Stored data
------

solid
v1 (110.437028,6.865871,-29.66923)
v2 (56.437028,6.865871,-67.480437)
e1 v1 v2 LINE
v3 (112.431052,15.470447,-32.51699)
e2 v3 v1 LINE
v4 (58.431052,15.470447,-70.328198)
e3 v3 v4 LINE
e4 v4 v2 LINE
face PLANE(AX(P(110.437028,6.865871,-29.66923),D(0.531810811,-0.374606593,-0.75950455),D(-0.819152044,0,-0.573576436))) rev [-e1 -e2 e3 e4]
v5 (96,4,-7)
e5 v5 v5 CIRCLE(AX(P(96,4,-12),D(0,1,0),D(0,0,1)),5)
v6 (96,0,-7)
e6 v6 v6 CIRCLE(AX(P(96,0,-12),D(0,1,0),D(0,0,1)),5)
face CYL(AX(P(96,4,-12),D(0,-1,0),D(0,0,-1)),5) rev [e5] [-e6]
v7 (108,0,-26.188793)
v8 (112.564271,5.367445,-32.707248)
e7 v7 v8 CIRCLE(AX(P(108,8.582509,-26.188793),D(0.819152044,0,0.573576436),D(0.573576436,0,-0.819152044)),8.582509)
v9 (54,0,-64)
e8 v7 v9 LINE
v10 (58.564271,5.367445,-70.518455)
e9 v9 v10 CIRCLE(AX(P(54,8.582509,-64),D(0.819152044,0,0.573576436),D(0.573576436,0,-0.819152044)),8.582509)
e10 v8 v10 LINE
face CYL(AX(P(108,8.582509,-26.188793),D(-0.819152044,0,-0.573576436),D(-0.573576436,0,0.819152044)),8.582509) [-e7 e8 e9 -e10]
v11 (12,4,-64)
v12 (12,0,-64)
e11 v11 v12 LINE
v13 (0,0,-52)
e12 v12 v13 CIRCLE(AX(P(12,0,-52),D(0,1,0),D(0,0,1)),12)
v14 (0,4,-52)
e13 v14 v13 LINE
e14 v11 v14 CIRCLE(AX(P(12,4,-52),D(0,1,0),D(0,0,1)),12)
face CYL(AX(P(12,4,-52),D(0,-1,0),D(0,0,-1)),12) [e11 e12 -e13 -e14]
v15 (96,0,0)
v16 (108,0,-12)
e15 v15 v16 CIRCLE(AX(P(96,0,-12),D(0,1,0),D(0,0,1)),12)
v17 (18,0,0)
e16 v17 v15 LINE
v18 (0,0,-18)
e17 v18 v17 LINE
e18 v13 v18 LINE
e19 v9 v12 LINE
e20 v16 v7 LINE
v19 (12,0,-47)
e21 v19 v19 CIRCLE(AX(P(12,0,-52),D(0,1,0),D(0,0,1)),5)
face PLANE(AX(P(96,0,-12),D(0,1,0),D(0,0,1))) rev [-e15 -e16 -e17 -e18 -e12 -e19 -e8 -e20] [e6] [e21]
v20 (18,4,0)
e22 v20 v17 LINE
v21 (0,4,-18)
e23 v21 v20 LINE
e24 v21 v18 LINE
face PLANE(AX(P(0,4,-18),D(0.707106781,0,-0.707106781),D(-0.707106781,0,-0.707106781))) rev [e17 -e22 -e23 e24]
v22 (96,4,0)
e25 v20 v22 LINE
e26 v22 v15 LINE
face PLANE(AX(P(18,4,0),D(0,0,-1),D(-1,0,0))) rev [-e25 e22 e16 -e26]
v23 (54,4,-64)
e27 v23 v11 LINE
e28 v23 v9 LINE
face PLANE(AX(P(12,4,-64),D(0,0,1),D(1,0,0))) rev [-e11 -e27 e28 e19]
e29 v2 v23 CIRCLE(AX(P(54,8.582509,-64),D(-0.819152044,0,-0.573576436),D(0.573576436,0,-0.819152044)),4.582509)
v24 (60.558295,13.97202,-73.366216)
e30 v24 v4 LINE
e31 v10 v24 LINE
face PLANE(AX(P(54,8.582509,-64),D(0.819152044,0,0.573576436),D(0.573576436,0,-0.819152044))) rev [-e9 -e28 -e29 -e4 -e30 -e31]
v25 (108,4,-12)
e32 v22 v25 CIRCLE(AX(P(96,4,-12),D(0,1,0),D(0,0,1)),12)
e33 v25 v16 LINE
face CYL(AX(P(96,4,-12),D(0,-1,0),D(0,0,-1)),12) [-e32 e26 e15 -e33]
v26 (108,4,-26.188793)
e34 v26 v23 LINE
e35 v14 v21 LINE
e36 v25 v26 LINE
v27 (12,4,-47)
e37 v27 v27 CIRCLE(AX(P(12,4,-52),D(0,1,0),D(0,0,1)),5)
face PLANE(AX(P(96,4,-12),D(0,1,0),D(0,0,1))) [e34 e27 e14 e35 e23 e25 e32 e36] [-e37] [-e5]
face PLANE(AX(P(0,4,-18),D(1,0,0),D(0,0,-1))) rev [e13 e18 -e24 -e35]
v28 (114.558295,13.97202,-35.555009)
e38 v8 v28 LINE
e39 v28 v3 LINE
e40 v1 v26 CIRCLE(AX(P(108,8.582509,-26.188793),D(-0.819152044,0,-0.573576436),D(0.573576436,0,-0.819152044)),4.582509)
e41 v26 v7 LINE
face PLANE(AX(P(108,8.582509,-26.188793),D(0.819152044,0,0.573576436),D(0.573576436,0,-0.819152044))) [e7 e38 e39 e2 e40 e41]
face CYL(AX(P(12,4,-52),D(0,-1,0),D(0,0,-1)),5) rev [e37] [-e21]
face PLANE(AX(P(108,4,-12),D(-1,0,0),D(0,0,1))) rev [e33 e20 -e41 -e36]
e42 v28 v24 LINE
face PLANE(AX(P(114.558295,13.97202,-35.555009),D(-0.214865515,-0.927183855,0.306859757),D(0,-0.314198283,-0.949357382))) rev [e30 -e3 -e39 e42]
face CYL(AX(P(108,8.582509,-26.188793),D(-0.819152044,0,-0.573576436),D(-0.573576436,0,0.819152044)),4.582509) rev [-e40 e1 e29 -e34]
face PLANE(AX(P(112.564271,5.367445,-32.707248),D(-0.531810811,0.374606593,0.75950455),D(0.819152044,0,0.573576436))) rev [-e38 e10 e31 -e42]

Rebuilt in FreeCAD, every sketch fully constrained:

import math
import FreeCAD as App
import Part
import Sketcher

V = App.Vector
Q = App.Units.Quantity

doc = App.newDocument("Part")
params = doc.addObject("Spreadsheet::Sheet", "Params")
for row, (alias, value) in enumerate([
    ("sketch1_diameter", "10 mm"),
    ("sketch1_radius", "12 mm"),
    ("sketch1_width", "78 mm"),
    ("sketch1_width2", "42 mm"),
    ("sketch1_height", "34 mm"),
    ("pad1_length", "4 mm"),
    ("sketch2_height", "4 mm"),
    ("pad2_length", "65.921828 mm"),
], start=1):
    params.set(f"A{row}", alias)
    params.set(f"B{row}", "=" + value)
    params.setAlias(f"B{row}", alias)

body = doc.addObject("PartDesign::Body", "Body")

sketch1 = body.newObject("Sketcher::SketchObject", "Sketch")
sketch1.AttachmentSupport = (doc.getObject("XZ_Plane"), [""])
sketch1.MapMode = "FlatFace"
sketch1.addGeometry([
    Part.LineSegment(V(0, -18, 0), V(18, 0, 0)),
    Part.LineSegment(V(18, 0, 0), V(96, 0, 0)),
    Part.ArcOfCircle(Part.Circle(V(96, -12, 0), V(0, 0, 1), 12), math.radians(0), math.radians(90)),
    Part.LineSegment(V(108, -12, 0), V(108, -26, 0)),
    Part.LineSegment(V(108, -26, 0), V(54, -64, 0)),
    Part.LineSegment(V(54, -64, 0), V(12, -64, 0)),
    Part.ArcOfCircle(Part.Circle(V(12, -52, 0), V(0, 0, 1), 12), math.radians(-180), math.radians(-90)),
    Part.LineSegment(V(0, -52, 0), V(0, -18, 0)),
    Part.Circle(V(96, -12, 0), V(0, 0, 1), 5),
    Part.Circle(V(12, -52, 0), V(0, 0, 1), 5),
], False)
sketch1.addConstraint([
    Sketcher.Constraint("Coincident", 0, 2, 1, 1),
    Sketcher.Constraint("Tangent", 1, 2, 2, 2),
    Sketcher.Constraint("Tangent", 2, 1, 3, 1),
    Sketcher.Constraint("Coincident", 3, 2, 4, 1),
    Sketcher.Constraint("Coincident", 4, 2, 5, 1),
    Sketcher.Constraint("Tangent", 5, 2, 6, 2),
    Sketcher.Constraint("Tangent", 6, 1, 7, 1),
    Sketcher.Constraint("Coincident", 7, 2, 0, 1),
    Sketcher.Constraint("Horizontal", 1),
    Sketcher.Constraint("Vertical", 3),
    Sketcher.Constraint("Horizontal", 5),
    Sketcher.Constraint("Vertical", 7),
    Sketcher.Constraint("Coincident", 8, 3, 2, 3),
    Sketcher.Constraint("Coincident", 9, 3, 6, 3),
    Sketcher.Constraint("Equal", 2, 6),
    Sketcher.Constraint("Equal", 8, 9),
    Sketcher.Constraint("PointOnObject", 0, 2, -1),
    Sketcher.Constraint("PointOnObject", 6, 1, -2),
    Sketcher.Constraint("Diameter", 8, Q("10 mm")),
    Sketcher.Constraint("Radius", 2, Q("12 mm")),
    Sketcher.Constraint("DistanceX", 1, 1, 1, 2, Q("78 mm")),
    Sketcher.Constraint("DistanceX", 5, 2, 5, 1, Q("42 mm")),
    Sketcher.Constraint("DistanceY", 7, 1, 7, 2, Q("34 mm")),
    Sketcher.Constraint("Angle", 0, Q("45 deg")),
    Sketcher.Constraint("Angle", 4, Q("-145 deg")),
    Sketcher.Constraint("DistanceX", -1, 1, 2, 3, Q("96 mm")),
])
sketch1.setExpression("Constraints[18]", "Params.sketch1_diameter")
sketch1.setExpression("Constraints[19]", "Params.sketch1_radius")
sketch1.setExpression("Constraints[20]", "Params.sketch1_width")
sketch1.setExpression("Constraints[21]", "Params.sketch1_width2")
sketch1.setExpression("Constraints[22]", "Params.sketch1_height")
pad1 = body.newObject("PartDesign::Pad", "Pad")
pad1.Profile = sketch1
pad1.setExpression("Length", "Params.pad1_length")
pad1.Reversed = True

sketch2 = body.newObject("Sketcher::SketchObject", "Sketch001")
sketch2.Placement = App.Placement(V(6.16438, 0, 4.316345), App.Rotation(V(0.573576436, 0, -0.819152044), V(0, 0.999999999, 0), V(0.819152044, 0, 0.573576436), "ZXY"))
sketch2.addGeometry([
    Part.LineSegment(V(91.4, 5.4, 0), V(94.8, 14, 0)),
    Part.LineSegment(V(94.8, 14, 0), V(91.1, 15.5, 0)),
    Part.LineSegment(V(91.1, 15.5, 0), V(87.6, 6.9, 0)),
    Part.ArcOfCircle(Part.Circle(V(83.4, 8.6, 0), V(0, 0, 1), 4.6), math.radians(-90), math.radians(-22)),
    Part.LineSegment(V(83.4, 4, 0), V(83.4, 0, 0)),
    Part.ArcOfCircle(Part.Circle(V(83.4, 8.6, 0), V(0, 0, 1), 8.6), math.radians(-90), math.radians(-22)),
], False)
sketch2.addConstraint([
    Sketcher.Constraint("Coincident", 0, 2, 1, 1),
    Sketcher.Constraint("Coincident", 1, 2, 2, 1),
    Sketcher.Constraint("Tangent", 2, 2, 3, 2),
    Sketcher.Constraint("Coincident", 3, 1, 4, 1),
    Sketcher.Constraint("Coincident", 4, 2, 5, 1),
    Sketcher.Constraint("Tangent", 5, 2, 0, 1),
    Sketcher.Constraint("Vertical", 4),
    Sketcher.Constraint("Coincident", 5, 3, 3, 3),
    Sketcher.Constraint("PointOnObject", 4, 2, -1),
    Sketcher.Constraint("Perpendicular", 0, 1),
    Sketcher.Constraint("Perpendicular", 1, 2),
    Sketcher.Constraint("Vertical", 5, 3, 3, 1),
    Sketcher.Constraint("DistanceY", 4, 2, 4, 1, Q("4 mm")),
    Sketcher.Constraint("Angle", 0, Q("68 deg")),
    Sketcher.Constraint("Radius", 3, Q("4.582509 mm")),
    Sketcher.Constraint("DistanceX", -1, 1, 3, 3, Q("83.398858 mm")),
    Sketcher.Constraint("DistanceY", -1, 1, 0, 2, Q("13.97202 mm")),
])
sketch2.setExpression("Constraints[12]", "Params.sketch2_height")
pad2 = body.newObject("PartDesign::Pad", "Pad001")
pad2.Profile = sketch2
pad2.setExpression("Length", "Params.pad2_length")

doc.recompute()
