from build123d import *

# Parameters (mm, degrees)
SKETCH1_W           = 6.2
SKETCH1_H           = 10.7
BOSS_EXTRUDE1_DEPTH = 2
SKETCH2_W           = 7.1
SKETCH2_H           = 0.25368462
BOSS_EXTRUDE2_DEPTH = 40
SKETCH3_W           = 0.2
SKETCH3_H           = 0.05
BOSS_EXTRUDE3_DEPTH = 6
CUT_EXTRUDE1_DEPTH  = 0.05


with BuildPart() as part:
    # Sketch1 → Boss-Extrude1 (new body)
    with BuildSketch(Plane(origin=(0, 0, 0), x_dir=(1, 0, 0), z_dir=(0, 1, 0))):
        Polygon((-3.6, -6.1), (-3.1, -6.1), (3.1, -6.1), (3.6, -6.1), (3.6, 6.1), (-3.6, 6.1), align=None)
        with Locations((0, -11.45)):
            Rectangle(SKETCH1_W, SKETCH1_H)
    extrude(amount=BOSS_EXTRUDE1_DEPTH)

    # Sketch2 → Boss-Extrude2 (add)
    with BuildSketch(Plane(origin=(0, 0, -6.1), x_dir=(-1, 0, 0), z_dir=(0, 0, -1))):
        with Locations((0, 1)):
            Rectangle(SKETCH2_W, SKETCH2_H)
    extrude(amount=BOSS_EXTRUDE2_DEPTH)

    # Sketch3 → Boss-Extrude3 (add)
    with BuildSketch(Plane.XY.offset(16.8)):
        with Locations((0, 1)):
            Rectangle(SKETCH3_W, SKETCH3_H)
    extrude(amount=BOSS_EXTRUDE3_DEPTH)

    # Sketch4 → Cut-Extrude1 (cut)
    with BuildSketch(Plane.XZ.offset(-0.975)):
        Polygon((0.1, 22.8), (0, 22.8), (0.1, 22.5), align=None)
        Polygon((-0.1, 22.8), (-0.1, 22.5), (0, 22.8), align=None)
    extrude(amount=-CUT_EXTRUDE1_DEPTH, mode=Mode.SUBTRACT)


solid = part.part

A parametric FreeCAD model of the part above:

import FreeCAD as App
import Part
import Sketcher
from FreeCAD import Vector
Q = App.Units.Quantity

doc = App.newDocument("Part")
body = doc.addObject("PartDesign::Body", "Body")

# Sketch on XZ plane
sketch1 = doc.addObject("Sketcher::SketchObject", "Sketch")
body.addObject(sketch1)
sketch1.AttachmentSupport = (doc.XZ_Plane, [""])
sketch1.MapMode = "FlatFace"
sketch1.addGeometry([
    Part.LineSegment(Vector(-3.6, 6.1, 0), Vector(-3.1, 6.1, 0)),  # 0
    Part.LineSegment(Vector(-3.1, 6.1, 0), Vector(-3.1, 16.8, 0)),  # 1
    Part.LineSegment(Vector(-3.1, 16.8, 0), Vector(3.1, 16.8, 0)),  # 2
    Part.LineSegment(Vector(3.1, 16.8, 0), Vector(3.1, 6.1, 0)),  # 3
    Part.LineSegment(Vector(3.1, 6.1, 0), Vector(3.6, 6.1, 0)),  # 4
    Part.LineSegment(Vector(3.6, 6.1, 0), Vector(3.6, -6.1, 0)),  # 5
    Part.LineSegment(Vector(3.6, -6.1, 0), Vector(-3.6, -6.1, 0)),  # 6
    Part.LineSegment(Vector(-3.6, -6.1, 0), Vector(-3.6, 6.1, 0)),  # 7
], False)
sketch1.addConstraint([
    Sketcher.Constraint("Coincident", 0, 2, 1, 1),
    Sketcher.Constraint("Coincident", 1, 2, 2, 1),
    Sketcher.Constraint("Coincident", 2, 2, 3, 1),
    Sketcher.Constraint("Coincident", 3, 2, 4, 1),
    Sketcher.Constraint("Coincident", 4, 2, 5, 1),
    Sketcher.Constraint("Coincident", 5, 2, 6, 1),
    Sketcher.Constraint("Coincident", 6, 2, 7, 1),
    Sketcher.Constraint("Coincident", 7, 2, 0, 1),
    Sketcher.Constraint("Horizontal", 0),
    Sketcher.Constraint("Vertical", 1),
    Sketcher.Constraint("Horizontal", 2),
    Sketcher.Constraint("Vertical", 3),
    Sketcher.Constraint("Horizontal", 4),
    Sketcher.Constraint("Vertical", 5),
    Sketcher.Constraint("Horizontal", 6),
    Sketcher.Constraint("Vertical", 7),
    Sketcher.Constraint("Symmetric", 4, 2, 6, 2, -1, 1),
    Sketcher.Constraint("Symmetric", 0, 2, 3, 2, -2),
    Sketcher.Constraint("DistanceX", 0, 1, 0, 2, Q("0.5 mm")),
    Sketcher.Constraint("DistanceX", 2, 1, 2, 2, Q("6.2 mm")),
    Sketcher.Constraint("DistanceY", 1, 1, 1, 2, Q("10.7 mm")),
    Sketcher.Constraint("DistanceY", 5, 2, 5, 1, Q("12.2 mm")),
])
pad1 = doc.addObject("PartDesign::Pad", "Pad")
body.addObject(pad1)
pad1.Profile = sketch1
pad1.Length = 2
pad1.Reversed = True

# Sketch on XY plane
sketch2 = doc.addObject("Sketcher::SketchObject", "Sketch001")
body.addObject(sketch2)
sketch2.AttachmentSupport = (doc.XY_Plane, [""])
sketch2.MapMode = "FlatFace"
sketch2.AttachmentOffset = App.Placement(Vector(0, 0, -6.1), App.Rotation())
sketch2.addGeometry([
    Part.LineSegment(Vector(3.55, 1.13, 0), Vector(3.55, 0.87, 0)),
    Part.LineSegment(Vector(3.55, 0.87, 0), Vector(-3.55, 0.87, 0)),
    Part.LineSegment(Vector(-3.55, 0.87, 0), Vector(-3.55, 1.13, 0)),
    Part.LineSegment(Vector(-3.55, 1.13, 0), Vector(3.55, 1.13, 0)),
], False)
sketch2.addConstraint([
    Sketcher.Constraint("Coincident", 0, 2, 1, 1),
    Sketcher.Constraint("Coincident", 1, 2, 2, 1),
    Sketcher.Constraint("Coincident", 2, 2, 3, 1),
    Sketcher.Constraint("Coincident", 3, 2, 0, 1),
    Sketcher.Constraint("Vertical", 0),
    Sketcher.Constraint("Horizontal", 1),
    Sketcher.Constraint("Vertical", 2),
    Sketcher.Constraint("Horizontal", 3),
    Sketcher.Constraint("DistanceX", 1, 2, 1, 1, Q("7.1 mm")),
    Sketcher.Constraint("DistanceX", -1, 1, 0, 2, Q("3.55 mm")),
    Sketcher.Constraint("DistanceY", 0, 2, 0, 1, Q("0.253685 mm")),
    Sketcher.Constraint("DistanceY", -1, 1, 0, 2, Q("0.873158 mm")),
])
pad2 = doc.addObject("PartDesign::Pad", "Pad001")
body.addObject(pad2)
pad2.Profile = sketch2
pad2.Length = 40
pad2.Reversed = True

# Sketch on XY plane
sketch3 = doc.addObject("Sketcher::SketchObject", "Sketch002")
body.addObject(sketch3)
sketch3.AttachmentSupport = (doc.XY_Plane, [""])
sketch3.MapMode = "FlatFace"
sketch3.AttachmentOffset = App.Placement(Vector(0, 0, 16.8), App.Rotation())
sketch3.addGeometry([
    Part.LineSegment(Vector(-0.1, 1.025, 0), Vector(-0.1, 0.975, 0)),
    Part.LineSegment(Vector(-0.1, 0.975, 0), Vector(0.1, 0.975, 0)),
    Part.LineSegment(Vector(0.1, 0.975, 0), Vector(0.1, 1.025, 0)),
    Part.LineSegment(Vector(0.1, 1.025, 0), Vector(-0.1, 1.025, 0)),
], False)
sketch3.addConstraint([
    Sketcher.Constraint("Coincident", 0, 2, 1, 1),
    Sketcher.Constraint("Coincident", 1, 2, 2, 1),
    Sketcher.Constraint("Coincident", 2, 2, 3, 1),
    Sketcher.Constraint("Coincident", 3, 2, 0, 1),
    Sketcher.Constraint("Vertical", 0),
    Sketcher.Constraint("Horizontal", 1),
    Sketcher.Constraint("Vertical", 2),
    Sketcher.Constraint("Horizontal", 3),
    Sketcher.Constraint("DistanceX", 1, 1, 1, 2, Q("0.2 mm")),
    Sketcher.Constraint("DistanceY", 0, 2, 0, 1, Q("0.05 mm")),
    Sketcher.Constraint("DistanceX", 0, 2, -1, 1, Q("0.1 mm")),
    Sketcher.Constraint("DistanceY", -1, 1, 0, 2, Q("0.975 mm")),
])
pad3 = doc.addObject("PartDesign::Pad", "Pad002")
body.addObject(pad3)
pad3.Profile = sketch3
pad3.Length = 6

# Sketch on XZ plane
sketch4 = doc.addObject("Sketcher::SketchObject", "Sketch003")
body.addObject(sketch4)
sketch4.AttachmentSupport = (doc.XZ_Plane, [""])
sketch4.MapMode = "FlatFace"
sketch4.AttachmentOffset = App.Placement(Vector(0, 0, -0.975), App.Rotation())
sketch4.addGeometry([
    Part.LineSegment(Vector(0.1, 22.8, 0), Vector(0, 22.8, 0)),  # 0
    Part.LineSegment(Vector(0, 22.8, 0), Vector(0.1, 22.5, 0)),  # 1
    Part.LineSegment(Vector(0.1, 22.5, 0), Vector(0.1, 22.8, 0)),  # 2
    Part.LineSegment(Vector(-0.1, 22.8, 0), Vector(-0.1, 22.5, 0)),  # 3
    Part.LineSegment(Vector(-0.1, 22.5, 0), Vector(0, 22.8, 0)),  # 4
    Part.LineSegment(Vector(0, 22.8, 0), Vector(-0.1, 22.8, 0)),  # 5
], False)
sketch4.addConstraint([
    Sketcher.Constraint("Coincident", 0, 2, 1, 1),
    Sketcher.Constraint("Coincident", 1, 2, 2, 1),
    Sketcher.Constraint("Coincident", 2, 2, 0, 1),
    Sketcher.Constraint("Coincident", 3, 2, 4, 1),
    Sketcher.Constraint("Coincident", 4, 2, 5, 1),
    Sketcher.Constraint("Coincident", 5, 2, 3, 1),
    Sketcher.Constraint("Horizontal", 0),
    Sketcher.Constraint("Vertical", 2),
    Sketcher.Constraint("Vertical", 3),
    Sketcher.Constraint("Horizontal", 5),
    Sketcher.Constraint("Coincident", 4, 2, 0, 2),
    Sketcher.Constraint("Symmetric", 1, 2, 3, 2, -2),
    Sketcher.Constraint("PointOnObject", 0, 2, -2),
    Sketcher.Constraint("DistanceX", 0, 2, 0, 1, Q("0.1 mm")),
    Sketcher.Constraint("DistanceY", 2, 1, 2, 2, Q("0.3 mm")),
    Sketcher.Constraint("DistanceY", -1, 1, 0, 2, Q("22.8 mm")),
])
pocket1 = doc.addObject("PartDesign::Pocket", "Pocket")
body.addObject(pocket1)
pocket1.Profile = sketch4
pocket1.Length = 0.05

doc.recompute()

------

◆ TASK DETAILS ◆
From the records above, reproduce exactly the lines from the one with "e28 v23 v9 LINE" to the one with "e31 v10 v24 LINE", both included, and no others.

◆ SOLUTION FOR THIS EXERCISE ◆
e28 v23 v9 LINE
face PLANE(AX(P(12,4,-64),D(0,0,1),D(1,0,0))) rev [-e11 -e27 e28 e19]
e29 v2 v23 CIRCLE(AX(P(54,8.582509,-64),D(-0.819152044,0,-0.573576436),D(0.573576436,0,-0.819152044)),4.582509)
v24 (60.558295,13.97202,-73.366216)
e30 v24 v4 LINE
e31 v10 v24 LINE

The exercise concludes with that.